Exactly reproduce the lines from the top of the entries below through the line containing "#35=EDGE_CURVE('',#32,#24,#34,.T.);", with both ends included.

* Input data *
-=-=-=-=-
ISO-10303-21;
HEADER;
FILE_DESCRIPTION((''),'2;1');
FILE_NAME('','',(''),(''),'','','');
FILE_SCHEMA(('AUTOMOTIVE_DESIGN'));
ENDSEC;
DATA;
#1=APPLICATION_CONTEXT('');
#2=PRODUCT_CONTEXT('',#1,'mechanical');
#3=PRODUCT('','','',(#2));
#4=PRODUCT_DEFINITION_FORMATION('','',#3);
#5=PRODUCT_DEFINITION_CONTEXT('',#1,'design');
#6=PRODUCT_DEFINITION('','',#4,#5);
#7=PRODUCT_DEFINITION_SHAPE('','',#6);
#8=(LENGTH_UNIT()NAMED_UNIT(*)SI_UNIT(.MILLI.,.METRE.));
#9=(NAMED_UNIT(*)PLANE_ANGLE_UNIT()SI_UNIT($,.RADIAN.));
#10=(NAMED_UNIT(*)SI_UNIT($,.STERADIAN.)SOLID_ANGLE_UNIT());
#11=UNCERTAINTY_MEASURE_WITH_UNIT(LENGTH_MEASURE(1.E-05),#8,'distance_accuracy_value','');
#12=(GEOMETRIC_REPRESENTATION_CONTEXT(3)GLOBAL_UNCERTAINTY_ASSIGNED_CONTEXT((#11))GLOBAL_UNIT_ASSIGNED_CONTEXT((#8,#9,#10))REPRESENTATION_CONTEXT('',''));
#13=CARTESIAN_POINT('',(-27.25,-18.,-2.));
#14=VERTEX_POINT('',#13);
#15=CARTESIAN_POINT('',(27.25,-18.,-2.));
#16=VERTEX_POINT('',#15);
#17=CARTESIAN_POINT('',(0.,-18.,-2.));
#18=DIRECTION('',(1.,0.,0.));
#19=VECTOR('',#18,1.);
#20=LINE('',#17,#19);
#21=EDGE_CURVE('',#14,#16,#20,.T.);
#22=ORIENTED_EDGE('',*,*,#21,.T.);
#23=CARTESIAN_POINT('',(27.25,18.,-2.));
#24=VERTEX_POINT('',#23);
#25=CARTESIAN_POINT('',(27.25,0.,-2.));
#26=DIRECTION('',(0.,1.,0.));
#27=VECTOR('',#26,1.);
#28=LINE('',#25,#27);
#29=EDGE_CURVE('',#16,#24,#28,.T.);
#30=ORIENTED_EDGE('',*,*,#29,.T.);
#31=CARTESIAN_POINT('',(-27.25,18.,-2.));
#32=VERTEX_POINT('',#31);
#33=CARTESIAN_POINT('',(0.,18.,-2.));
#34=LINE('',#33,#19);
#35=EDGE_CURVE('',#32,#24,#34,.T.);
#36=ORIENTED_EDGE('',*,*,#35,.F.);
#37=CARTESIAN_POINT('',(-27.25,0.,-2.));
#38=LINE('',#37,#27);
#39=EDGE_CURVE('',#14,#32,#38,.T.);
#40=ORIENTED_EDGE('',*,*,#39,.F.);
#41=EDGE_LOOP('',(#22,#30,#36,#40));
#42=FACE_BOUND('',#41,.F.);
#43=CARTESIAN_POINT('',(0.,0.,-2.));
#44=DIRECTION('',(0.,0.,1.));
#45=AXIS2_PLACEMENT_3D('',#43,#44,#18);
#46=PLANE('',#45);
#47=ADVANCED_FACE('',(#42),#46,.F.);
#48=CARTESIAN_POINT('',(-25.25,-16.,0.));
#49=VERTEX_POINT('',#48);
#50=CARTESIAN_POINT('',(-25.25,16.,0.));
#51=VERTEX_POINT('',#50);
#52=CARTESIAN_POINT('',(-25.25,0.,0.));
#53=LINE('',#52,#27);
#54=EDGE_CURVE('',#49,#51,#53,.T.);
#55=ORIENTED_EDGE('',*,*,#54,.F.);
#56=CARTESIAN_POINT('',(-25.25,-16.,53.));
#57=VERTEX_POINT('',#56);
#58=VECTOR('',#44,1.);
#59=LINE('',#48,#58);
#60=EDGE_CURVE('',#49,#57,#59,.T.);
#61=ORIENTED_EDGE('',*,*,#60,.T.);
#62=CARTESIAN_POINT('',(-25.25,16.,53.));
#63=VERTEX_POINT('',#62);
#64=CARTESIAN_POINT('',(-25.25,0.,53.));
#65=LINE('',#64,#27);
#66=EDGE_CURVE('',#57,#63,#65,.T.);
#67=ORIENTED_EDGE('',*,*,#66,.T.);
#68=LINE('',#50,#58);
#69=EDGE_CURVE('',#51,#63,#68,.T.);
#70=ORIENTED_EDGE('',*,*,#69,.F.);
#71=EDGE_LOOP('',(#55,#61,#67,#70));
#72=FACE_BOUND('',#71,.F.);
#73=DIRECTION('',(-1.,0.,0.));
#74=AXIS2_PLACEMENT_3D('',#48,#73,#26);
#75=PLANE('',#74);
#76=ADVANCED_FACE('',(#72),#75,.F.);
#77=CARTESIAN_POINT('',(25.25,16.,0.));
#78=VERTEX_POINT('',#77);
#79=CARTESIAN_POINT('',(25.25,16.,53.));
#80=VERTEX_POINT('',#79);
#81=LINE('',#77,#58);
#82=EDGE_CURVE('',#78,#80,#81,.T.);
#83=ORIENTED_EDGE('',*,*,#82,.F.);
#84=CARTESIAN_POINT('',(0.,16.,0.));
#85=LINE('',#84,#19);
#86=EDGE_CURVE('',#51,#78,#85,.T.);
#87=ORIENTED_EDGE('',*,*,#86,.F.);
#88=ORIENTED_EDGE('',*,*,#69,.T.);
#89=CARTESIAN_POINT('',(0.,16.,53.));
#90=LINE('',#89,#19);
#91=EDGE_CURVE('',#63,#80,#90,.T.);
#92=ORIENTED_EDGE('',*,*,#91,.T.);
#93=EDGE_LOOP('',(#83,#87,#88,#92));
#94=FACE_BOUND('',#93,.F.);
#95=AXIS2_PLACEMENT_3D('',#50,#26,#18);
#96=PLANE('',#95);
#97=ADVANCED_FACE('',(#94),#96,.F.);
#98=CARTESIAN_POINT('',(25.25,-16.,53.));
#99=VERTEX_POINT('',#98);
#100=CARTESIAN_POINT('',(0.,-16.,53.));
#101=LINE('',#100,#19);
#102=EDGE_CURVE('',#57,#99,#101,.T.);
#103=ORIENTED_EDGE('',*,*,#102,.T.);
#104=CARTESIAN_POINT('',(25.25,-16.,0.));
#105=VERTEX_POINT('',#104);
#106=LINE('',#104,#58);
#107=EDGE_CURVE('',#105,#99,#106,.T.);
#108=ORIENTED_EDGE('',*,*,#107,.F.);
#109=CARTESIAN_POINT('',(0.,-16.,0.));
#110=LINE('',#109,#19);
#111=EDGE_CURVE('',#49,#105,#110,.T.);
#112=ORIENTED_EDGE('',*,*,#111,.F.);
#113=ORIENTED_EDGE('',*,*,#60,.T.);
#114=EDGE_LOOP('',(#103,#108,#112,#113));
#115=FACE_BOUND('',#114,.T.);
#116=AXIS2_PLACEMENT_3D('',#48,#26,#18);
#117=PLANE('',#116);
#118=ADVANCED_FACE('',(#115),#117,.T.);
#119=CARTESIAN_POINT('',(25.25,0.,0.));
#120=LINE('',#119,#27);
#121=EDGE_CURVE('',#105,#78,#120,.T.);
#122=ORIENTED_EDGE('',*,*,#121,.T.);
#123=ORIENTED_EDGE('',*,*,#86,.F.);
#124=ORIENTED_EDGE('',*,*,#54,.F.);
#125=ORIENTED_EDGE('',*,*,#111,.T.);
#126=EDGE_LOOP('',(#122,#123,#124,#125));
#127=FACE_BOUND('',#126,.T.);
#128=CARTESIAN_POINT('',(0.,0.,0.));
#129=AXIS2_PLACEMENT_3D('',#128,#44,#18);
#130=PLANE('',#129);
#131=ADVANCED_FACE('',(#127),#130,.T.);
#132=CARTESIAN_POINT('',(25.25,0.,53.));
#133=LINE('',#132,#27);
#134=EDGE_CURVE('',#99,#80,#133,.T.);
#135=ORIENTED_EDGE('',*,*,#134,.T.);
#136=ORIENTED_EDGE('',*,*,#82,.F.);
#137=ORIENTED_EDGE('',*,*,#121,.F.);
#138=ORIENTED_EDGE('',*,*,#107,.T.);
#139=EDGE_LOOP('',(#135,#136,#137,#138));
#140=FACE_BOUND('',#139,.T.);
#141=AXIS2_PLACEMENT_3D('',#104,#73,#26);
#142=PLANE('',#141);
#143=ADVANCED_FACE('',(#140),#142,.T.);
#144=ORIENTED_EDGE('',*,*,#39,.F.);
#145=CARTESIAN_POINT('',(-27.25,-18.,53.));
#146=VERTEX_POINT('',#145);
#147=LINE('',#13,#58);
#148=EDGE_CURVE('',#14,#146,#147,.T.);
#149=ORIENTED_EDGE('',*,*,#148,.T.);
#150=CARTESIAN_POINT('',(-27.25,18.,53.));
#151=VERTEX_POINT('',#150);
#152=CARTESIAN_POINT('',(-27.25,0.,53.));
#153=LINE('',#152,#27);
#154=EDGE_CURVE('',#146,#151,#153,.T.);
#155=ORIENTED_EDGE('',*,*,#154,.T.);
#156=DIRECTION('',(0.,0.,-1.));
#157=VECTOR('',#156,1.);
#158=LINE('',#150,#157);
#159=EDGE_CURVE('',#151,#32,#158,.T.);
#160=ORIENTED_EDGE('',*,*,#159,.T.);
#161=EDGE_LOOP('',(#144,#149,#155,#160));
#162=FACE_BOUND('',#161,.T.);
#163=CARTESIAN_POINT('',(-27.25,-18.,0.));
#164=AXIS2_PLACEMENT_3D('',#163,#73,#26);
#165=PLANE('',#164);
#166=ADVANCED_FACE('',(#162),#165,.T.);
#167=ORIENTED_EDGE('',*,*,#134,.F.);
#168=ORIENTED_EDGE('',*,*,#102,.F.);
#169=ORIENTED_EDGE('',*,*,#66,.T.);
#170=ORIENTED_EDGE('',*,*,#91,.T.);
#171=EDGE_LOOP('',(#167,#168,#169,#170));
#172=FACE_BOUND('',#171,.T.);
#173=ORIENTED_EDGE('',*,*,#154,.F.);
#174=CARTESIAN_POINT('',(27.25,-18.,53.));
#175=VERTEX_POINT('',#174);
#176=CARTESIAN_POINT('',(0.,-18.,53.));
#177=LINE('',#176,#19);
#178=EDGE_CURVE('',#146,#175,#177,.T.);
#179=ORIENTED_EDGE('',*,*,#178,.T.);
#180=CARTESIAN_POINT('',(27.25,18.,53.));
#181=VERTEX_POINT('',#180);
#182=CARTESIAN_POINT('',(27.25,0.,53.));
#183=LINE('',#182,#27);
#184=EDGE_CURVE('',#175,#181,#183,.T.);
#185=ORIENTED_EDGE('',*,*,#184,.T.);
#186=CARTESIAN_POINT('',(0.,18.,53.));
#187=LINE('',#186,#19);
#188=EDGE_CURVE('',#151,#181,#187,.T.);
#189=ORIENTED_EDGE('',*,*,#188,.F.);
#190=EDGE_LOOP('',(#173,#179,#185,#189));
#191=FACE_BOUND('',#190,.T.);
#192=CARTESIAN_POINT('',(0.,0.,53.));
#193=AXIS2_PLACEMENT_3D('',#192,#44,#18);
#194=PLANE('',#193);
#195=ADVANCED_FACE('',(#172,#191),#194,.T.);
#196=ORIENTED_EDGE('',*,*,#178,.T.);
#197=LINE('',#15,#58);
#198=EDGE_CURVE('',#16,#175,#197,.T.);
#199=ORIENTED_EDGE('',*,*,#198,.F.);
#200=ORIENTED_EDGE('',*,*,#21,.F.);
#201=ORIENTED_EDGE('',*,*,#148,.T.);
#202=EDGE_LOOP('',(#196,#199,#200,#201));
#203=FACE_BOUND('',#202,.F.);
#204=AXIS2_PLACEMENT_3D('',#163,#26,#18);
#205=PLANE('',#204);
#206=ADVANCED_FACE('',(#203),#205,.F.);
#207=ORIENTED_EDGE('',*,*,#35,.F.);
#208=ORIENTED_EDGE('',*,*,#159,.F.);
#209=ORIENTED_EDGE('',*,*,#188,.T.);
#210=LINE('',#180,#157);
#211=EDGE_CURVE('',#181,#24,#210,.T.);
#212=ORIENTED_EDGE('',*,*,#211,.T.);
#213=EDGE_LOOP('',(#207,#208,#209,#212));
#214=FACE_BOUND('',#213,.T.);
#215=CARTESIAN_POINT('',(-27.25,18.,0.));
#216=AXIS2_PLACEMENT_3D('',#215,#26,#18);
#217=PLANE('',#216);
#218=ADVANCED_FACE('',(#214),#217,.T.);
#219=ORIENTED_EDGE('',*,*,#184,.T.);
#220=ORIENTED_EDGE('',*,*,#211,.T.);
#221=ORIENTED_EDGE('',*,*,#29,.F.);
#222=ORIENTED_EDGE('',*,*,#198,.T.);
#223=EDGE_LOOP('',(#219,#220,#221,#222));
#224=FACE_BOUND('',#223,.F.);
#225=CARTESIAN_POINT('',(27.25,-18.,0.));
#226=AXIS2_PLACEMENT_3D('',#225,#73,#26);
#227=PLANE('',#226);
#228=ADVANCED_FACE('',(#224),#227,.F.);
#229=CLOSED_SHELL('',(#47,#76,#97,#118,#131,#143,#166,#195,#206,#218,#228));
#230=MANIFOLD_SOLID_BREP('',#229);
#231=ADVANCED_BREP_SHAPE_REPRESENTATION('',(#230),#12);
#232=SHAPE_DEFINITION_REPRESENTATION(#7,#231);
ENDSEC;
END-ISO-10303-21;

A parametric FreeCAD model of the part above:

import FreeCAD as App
import Part
import Sketcher
from FreeCAD import Vector

doc = App.newDocument("Part")
params = doc.addObject("Spreadsheet::Sheet", "Params")
for row, (alias, value) in enumerate([
    ("sketch1_height", "36 mm"),
    ("sketch1_width", "54.5 mm"),
    ("pad1_length", "2 mm"),
    ("sketch2_height", "36 mm"),
    ("sketch2_height2", "32 mm"),
    ("sketch2_width", "54.5 mm"),
    ("sketch2_width2", "50.5 mm"),
    ("pad2_length", "53 mm"),
], start=1):
    params.set(f"A{row}", alias)
    params.set(f"B{row}", "=" + value)
    params.setAlias(f"B{row}", alias)

body = doc.addObject("PartDesign::Body", "Body")

# Sketch on XY plane
sketch1 = body.newObject("Sketcher::SketchObject", "Sketch")
sketch1.AttachmentSupport = (doc.getObject("XY_Plane"), [""])
sketch1.MapMode = "FlatFace"
sketch1.addGeometry([
    Part.LineSegment(Vector(-27, 18, 0), Vector(-27, -18, 0)),
    Part.LineSegment(Vector(-27, -18, 0), Vector(27, -18, 0)),
    Part.LineSegment(Vector(27, -18, 0), Vector(27, 18, 0)),
    Part.LineSegment(Vector(27, 18, 0), Vector(-27, 18, 0)),
], False)
sketch1.addConstraint([
    Sketcher.Constraint("Coincident", 0, 2, 1, 1),
    Sketcher.Constraint("Coincident", 1, 2, 2, 1),
    Sketcher.Constraint("Coincident", 2, 2, 3, 1),
    Sketcher.Constraint("Coincident", 3, 2, 0, 1),
    Sketcher.Constraint("Vertical", 0),
    Sketcher.Constraint("Horizontal", 1),
    Sketcher.Constraint("Vertical", 2),
    Sketcher.Constraint("Horizontal", 3),
    Sketcher.Constraint("Symmetric", 0, 2, 2, 2, -1, 1),
    Sketcher.Constraint("DistanceY", 0, 2, 0, 1, 36.0),
    Sketcher.Constraint("DistanceX", 1, 1, 1, 2, 54.5),
])
sketch1.setExpression("Constraints[9]", "Params.sketch1_height")
sketch1.setExpression("Constraints[10]", "Params.sketch1_width")
pad1 = body.newObject("PartDesign::Pad", "Pad")
pad1.Profile = sketch1
pad1.setExpression("Length", "Params.pad1_length")
pad1.Reversed = True

# Sketch on XY plane
sketch2 = body.newObject("Sketcher::SketchObject", "Sketch001")
sketch2.AttachmentSupport = (doc.getObject("XY_Plane"), [""])
sketch2.MapMode = "FlatFace"
sketch2.addGeometry([
    Part.LineSegment(Vector(-27, 18, 0), Vector(-27, -18, 0)),  # 0
    Part.LineSegment(Vector(-27, -18, 0), Vector(27, -18, 0)),  # 1
    Part.LineSegment(Vector(27, -18, 0), Vector(27, 18, 0)),  # 2
    Part.LineSegment(Vector(27, 18, 0), Vector(-27, 18, 0)),  # 3
    Part.LineSegment(Vector(25, -16, 0), Vector(-25, -16, 0)),  # 4
    Part.LineSegment(Vector(-25, -16, 0), Vector(-25, 16, 0)),  # 5
    Part.LineSegment(Vector(-25, 16, 0), Vector(25, 16, 0)),  # 6
    Part.LineSegment(Vector(25, 16, 0), Vector(25, -16, 0)),  # 7
], False)
sketch2.addConstraint([
    Sketcher.Constraint("Coincident", 0, 2, 1, 1),
    Sketcher.Constraint("Coincident", 1, 2, 2, 1),
    Sketcher.Constraint("Coincident", 2, 2, 3, 1),
    Sketcher.Constraint("Coincident", 3, 2, 0, 1),
    Sketcher.Constraint("Coincident", 4, 2, 5, 1),
    Sketcher.Constraint("Coincident", 5, 2, 6, 1),
    Sketcher.Constraint("Coincident", 6, 2, 7, 1),
    Sketcher.Constraint("Coincident", 7, 2, 4, 1),
    Sketcher.Constraint("Vertical", 0),
    Sketcher.Constraint("Horizontal", 1),
    Sketcher.Constraint("Vertical", 2),
    Sketcher.Constraint("Horizontal", 3),
    Sketcher.Constraint("Horizontal", 4),
    Sketcher.Constraint("Vertical", 5),
    Sketcher.Constraint("Horizontal", 6),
-=-=-=-=-
* Written answer *
ISO-10303-21;
HEADER;
FILE_DESCRIPTION((''),'2;1');
FILE_NAME('','',(''),(''),'','','');
FILE_SCHEMA(('AUTOMOTIVE_DESIGN'));
ENDSEC;
DATA;
#1=APPLICATION_CONTEXT('');
#2=PRODUCT_CONTEXT('',#1,'mechanical');
#3=PRODUCT('','','',(#2));
#4=PRODUCT_DEFINITION_FORMATION('','',#3);
#5=PRODUCT_DEFINITION_CONTEXT('',#1,'design');
#6=PRODUCT_DEFINITION('','',#4,#5);
#7=PRODUCT_DEFINITION_SHAPE('','',#6);
#8=(LENGTH_UNIT()NAMED_UNIT(*)SI_UNIT(.MILLI.,.METRE.));
#9=(NAMED_UNIT(*)PLANE_ANGLE_UNIT()SI_UNIT($,.RADIAN.));
#10=(NAMED_UNIT(*)SI_UNIT($,.STERADIAN.)SOLID_ANGLE_UNIT());
#11=UNCERTAINTY_MEASURE_WITH_UNIT(LENGTH_MEASURE(1.E-05),#8,'distance_accuracy_value','');
#12=(GEOMETRIC_REPRESENTATION_CONTEXT(3)GLOBAL_UNCERTAINTY_ASSIGNED_CONTEXT((#11))GLOBAL_UNIT_ASSIGNED_CONTEXT((#8,#9,#10))REPRESENTATION_CONTEXT('',''));
#13=CARTESIAN_POINT('',(-27.25,-18.,-2.));
#14=VERTEX_POINT('',#13);
#15=CARTESIAN_POINT('',(27.25,-18.,-2.));
#16=VERTEX_POINT('',#15);
#17=CARTESIAN_POINT('',(0.,-18.,-2.));
#18=DIRECTION('',(1.,0.,0.));
#19=VECTOR('',#18,1.);
#20=LINE('',#17,#19);
#21=EDGE_CURVE('',#14,#16,#20,.T.);
#22=ORIENTED_EDGE('',*,*,#21,.T.);
#23=CARTESIAN_POINT('',(27.25,18.,-2.));
#24=VERTEX_POINT('',#23);
#25=CARTESIAN_POINT('',(27.25,0.,-2.));
#26=DIRECTION('',(0.,1.,0.));
#27=VECTOR('',#26,1.);
#28=LINE('',#25,#27);
#29=EDGE_CURVE('',#16,#24,#28,.T.);
#30=ORIENTED_EDGE('',*,*,#29,.T.);
#31=CARTESIAN_POINT('',(-27.25,18.,-2.));
#32=VERTEX_POINT('',#31);
#33=CARTESIAN_POINT('',(0.,18.,-2.));
#34=LINE('',#33,#19);
#35=EDGE_CURVE('',#32,#24,#34,.T.);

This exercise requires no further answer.